Friday, May 19, 2006

you remind me of the Artful Dodger

At last night's meeting of our writing group, Marci said, "There's an old Russian saying about how if you don't love someone, then nothing -- nothing! -- is more annoying than watching them eat soup -- but if you love them, then they could pour their soup over head and you'd still think they're perfect."

Katie said that she'd told her "I-don't-want-to-be-your-boyfriend-right-now" that he reminded her of the artful dodger, and he said, "Who's that?" She told him it was from Oliver Twist -- and he said, "What's that?" And then she had to take the phone upstairs so her mom wouldn't overhear her telling her not-boyfriend who Dickens was.

Phoebe is the one who started this group; Katie and Marci and I had never met before last month. When Marci asked me yesterday if I was having "boyfriend woes," I said no, not really like that, and then looked at my hands in my lap and blinked while Phoebe said, "Together, they are very sweet to each other." When I share the fact that Robert and I have never lived in the same country, people are usually surprised and sympathetic. When I add that we see each other at least once a month, the sympathy turns into a question: "How is that possible?" The answer to which is a combination of frequent flier miles and not having an employer. I have no objection to the former, of course, but am feeling increasingly guilty about the latter.

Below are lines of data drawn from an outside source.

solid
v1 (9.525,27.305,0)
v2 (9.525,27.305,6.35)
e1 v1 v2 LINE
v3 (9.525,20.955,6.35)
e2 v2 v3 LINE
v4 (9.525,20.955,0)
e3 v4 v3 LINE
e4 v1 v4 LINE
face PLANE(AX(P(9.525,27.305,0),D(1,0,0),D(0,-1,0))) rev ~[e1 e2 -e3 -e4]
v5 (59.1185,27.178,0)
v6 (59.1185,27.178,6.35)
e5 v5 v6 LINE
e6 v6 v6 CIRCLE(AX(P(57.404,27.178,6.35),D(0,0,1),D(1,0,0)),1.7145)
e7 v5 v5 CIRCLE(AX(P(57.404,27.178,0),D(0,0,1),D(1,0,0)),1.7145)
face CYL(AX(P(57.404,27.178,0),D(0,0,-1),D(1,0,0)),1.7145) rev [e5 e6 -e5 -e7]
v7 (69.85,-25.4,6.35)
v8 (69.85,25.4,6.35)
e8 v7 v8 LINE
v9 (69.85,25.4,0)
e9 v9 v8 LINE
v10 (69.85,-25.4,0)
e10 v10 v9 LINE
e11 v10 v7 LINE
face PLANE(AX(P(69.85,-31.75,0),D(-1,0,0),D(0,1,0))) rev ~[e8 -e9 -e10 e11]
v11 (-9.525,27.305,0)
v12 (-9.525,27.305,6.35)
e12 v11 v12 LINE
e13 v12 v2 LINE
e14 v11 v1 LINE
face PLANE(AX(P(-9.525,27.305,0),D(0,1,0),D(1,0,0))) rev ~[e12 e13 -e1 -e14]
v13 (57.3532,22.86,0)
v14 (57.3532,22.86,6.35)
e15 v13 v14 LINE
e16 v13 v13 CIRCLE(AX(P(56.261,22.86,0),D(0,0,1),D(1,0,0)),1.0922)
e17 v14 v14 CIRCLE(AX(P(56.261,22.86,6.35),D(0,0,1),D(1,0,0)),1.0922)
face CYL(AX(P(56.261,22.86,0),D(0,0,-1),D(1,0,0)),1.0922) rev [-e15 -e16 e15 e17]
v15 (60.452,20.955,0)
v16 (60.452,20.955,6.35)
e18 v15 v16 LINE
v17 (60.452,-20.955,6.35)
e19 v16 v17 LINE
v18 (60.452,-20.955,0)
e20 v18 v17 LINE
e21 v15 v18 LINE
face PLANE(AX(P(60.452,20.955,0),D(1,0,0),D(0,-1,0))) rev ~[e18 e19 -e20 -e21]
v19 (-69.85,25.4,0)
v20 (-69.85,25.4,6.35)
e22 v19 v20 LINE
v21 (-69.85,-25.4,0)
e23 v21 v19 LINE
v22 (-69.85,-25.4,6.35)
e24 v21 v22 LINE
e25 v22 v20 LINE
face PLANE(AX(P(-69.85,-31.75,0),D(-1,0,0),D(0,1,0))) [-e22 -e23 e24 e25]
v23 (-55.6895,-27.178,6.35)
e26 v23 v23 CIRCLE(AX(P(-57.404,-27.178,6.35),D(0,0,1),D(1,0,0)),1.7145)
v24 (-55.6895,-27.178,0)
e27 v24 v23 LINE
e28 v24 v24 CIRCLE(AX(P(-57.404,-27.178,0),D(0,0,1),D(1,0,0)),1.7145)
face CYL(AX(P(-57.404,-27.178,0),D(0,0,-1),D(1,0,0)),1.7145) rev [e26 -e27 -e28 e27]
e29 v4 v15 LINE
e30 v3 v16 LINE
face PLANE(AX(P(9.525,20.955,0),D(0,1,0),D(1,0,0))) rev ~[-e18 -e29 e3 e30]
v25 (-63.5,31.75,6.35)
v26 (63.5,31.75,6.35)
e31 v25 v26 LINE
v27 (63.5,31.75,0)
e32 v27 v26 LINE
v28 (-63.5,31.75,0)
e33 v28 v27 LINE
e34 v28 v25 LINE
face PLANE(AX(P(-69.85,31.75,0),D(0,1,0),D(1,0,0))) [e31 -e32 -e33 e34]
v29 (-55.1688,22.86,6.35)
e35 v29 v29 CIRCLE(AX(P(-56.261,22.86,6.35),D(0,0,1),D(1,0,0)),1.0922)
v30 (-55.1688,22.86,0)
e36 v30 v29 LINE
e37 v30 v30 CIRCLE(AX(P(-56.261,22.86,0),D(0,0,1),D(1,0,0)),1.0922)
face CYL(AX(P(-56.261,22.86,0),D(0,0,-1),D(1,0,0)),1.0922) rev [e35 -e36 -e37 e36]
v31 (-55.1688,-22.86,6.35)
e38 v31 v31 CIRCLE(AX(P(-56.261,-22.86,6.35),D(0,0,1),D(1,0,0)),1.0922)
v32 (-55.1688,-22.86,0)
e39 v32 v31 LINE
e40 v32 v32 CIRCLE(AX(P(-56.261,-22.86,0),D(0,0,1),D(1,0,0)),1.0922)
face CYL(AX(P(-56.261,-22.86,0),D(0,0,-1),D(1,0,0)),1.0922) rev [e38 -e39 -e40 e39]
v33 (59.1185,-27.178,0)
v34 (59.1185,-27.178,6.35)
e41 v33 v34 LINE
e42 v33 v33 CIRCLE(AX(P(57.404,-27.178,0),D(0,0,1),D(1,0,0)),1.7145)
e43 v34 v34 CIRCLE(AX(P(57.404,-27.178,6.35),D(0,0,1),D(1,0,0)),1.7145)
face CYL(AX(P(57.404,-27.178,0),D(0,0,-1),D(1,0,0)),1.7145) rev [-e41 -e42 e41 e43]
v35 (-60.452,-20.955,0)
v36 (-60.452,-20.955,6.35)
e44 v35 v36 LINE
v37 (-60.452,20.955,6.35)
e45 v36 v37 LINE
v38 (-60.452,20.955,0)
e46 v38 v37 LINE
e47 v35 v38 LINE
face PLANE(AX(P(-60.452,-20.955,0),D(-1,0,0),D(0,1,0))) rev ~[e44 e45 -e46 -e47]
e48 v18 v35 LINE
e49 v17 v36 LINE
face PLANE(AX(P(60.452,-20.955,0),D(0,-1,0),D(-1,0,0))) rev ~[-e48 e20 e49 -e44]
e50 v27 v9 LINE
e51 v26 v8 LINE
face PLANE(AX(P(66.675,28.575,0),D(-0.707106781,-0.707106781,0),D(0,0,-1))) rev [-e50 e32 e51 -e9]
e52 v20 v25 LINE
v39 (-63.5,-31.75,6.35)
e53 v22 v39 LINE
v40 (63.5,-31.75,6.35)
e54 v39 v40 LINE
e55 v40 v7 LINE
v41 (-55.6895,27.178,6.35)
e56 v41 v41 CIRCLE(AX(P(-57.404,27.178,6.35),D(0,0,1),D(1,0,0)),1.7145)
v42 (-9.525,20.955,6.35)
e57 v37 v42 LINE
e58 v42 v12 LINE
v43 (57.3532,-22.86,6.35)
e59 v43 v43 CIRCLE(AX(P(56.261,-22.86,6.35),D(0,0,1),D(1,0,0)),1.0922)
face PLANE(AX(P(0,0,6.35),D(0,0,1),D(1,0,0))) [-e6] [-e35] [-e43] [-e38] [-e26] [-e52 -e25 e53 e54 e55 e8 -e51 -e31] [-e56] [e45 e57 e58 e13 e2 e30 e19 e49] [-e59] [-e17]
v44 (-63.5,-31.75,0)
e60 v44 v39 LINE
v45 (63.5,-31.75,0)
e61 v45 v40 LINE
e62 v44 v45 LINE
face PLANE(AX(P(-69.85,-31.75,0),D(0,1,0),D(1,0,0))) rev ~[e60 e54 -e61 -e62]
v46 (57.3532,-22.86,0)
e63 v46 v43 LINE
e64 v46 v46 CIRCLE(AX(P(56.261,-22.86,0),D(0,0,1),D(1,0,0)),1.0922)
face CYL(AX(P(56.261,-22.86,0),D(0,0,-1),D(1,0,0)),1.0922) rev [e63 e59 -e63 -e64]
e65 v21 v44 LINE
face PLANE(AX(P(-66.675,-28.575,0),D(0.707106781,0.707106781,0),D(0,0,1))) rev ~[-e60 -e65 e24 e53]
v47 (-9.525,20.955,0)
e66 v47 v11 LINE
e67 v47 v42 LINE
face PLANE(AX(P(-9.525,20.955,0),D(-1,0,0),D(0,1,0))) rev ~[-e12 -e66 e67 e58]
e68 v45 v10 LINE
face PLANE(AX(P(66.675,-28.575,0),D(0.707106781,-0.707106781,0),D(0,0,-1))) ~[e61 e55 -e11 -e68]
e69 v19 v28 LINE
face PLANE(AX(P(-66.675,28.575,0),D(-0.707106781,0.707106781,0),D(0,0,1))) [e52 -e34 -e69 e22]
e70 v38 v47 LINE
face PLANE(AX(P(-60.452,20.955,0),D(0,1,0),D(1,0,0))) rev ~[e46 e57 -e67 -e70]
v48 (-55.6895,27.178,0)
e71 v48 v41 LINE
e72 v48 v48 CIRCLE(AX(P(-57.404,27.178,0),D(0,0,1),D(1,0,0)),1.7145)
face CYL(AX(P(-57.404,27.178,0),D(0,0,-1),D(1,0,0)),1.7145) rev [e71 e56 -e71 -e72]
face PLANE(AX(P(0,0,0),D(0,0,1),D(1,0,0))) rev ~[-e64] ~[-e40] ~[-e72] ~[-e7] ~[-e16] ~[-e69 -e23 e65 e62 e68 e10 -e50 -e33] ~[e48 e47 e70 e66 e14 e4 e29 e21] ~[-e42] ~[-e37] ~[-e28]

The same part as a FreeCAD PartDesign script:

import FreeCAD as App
import Part
import Sketcher
Q = App.Units.Quantity


def edges_at(feature, points):
    """Names of the edges that pass closest to the given points."""
    edges = feature.Shape.Edges
    near = lambda p: min(range(len(edges)), key=lambda i: edges[i].distToShape(Part.Vertex(*p))[0])
    return sorted({f"Edge{near(p) + 1}" for p in points})

doc = App.newDocument("Part")
params = doc.addObject("Spreadsheet::Sheet", "Params")
for row, (alias, value) in enumerate([
    ("sketch1_diameter", "0.135 in"),
    ("sketch1_diameter2", "0.086 in"),
    ("sketch1_width", "5.5 in"),
    ("sketch1_height", "2.5 in"),
    ("sketch1_width2", "4.76 in"),
    ("pad1_length", "0.25 in"),
    ("chamfer_size", "0.25 in"),
], start=1):
    params.set(f"A{row}", alias)
    params.set(f"B{row}", "=" + value)
    params.setAlias(f"B{row}", alias)

body = doc.addObject("PartDesign::Body", "Body")

sketch1 = body.newObject("Sketcher::SketchObject", "Sketch")
sketch1.AttachmentSupport = (doc.getObject("XY_Plane"), [""])
sketch1.MapMode = "FlatFace"
sketch1.addGeometry(Part.LineSegment(App.Vector(-69.8, 31.8, 0), App.Vector(-69.8, -31.8, 0)), False)
sketch1.addGeometry(Part.LineSegment(App.Vector(-69.8, -31.8, 0), App.Vector(69.8, -31.8, 0)), False)
sketch1.addGeometry(Part.LineSegment(App.Vector(69.8, -31.8, 0), App.Vector(69.8, 31.8, 0)), False)
sketch1.addGeometry(Part.LineSegment(App.Vector(69.8, 31.8, 0), App.Vector(-69.8, 31.8, 0)), False)
sketch1.addGeometry(Part.Circle(App.Vector(-57.4, -27.2, 0), App.Vector(0, 0, 1), 1.7), False)
sketch1.addGeometry(Part.Circle(App.Vector(-56.3, -22.9, 0), App.Vector(0, 0, 1), 1.1), False)
sketch1.addGeometry(Part.Circle(App.Vector(57.4, -27.2, 0), App.Vector(0, 0, 1), 1.7), False)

I was brought up in a family where both parents worked full-time from the time I was born (well, in my mother's case, more like six weeks after) and are still working (except, again, in my mother's case when she took just a few years off to volunteer full-time on the school board). For thirty years, my father has woken up at five-thirty in the morning to exercise; my mother goes on six-miles hikes on Saturdays and Sundays. On the weekends, they take care of the lawn and the house and the recycling. They also read the newspaper every day and cook dinner at night and go out with friends on Friday, Saturday, and Sunday nights (the last one for the church group).

All of this is to say that by comparison in the last couple of years, I've had it very, very easy. Graduate school, reading, writing, exercise, margaritas, and travel. True, there have been some rough spots (like the moment, after I lost my job in 2003, when I accidentally set my fingernails on fire in front of the Brooklyn library and was too depressed for a few seconds to do anything except watch them burn) but generally, I've been able to set up a life that I love, almost entirely free from six a.m. alarm clocks. Two weeks ago, Robert's mother and my mother asked me, while we were walking along the Pacific Ocean, what I'm going to do this summer and I told them that at least for part of it I plan to be with Rob in London. My mother said, "Well, you need to have structure there," and I said that I was happy to volunteer although it would be impossible for me to get a job in the UK without a work visa. But no, his mother added, "Go on down to that Pilates studio and tell them you're a yoga teacher. Off the books."

Later, I told Robert that something was obviously wrong if his own mother was encouraging me to be become an illegal alien. So I've been thinking about what to do, how I can support myself again without having to use up sick days in order to spend three days with my boyfriend.